> **TASK STATEMENT**
Go to the line containing "f 140 138 311" in the records below and print it and every following line exactly, on through the line containing "f 36 339 38", then stop.

> **DATA TO EXAMINE**
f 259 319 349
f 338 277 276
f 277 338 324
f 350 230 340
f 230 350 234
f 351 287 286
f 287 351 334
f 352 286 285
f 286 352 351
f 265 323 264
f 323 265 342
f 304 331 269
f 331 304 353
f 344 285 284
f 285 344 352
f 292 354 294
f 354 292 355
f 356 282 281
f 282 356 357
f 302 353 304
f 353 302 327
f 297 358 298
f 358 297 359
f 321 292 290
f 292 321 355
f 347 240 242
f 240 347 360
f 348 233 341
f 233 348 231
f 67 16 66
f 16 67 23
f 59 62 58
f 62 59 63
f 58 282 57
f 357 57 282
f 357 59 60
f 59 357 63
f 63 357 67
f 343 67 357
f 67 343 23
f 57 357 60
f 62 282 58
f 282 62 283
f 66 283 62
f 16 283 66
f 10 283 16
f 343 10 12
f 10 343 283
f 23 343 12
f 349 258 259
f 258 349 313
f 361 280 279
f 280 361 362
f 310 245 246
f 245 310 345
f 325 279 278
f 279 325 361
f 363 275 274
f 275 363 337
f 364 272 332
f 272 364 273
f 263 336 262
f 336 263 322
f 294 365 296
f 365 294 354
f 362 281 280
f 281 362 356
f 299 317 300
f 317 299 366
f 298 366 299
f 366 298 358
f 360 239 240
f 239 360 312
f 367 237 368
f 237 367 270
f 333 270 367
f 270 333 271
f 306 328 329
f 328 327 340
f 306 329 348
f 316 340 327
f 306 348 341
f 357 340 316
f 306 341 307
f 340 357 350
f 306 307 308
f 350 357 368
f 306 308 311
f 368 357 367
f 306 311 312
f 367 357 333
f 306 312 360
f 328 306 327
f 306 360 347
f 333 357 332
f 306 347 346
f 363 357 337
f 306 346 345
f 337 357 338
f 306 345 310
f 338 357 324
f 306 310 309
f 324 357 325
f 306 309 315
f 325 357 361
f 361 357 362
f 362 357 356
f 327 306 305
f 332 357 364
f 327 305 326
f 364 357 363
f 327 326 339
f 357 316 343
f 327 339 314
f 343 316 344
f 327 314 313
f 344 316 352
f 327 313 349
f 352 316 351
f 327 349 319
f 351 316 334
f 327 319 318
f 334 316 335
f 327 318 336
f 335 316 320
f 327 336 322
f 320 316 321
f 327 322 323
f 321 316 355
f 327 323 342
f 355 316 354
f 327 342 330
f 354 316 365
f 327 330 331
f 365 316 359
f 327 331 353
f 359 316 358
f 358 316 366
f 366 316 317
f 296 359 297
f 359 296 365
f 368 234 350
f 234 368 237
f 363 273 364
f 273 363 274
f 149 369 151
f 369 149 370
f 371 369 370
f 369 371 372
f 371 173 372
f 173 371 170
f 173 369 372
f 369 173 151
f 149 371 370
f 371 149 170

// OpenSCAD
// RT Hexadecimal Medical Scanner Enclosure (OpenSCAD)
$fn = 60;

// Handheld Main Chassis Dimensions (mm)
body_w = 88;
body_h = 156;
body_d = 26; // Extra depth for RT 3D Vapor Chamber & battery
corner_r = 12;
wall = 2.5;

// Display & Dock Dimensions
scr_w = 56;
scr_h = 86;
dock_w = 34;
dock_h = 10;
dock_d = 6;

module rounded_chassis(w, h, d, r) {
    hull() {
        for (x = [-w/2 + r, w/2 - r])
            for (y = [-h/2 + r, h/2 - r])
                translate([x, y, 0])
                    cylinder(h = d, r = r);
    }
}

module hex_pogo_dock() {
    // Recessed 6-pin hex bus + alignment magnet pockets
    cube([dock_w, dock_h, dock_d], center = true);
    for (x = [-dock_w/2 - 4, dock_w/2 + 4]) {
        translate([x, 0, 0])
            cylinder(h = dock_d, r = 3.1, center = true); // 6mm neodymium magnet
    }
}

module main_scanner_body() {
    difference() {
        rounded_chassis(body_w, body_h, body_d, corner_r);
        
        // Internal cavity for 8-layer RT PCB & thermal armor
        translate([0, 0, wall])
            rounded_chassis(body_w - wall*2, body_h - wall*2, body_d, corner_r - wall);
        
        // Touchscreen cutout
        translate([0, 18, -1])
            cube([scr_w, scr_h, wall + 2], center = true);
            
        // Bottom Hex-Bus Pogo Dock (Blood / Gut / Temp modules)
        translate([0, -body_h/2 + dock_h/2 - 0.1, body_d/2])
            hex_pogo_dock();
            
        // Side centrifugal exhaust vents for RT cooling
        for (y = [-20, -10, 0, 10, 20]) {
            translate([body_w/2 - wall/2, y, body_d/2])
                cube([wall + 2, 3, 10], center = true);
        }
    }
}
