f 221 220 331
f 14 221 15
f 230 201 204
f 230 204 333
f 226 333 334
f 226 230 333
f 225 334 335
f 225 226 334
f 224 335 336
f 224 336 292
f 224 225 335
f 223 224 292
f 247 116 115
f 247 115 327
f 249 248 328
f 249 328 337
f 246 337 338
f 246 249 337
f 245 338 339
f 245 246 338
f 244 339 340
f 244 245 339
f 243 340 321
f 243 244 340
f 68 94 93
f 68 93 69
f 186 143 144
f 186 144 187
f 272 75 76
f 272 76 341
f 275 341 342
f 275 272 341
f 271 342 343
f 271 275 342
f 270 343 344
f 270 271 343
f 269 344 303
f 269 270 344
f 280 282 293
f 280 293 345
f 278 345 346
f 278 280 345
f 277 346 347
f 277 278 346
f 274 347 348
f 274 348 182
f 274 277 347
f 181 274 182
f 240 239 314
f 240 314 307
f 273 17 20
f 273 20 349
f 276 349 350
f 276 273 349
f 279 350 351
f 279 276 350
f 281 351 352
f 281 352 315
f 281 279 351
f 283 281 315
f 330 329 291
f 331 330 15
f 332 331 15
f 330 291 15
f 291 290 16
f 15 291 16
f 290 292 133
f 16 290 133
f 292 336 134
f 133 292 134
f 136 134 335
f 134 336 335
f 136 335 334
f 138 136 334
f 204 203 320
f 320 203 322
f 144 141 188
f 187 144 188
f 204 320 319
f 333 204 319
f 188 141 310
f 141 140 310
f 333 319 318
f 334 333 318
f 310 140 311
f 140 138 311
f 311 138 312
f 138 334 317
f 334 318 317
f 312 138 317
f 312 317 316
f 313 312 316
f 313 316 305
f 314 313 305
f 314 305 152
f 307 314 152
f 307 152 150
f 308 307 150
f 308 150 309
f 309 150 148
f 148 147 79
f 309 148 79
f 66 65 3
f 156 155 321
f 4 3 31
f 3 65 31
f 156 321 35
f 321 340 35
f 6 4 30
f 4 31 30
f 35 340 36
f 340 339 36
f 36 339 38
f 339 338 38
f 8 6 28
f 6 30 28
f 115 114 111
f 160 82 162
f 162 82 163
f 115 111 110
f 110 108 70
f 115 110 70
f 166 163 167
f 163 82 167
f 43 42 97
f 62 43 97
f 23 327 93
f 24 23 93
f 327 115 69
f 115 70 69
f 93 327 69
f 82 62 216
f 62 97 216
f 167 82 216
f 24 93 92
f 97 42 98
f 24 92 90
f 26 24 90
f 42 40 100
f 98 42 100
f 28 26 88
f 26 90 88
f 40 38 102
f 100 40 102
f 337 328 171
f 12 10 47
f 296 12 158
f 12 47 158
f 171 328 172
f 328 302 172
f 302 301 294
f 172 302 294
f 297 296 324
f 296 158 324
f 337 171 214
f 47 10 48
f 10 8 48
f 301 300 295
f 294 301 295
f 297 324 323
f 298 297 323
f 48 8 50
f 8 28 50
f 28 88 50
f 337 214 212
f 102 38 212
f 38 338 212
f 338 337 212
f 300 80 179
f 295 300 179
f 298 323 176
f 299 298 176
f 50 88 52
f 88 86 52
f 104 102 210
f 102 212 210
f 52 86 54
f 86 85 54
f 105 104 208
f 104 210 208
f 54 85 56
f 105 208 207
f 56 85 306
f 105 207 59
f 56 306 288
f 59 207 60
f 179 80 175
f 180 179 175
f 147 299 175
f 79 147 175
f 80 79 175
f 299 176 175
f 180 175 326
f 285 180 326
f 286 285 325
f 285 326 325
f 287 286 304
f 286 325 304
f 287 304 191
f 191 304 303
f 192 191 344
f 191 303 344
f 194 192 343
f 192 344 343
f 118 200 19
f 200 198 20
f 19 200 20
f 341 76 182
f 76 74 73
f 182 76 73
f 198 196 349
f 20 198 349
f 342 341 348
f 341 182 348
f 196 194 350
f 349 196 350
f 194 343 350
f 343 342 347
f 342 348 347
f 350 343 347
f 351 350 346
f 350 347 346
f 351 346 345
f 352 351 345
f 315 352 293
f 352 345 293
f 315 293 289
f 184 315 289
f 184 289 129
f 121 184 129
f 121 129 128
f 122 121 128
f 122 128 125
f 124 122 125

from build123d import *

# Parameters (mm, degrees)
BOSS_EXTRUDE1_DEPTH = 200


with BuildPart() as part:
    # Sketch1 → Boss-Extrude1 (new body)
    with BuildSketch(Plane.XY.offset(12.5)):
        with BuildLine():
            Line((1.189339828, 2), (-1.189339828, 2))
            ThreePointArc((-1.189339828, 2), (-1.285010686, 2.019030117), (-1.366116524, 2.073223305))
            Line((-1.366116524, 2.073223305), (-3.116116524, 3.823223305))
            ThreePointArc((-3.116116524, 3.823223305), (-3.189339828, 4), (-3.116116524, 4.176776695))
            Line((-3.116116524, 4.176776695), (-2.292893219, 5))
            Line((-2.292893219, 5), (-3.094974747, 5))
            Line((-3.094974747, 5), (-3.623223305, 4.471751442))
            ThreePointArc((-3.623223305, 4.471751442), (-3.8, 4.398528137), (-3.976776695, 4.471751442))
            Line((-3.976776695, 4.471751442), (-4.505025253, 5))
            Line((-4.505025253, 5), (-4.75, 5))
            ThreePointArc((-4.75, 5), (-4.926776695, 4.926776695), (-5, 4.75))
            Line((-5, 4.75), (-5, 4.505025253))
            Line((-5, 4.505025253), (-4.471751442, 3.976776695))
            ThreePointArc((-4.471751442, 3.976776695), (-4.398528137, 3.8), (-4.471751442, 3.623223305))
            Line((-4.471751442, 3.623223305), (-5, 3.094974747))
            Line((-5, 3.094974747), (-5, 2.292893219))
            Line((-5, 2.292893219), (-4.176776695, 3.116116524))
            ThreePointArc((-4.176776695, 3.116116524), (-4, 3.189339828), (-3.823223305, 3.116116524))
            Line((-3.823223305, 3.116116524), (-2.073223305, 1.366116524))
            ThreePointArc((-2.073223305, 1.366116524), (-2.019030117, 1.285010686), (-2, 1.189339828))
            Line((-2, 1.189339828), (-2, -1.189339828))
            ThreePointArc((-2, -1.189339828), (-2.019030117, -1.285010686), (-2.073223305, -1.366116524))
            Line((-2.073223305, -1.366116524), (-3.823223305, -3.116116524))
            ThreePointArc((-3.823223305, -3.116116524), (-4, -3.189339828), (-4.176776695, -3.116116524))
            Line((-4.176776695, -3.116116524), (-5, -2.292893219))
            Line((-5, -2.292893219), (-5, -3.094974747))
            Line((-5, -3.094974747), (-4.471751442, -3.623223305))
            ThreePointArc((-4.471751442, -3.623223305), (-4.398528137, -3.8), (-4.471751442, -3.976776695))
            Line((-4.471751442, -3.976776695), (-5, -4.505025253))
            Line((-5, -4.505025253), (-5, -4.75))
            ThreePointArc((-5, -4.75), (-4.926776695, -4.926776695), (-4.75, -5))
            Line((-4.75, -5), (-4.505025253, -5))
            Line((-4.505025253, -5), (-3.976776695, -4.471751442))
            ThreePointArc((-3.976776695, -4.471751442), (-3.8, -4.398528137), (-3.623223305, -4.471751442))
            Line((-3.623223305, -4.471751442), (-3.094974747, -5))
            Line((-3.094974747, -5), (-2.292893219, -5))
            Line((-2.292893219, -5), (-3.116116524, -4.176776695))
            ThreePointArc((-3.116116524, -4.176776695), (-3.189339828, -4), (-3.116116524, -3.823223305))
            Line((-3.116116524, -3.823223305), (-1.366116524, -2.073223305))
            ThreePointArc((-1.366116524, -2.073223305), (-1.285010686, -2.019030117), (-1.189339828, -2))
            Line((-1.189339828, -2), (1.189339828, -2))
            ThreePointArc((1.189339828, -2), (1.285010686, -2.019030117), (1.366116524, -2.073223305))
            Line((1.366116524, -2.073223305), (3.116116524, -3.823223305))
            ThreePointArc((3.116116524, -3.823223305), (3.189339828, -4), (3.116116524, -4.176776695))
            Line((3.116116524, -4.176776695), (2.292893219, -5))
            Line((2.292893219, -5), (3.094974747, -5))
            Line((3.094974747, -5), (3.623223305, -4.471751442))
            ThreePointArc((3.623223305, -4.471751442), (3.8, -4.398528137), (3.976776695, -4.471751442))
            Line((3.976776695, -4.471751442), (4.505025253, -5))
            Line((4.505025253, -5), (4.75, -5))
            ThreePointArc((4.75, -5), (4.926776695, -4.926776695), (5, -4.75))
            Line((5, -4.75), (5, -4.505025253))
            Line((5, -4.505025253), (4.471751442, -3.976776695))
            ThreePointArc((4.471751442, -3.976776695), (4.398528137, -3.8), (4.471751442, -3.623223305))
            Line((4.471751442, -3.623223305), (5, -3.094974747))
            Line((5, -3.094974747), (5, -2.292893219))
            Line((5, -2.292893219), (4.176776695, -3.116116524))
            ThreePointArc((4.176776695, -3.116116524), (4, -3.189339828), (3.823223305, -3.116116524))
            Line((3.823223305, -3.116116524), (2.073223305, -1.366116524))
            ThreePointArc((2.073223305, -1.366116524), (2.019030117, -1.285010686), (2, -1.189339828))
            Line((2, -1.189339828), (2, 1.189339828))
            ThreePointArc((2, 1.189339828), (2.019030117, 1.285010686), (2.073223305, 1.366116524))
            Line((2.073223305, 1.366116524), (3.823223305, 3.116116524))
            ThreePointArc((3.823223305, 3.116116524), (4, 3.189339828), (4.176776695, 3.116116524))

> **EXERCISE OUTPUT**
f 140 138 311
f 311 138 312
f 138 334 317
f 334 318 317
f 312 138 317
f 312 317 316
f 313 312 316
f 313 316 305
f 314 313 305
f 314 305 152
f 307 314 152
f 307 152 150
f 308 307 150
f 308 150 309
f 309 150 148
f 148 147 79
f 309 148 79
f 66 65 3
f 156 155 321
f 4 3 31
f 3 65 31
f 156 321 35
f 321 340 35
f 6 4 30
f 4 31 30
f 35 340 36
f 340 339 36
f 36 339 38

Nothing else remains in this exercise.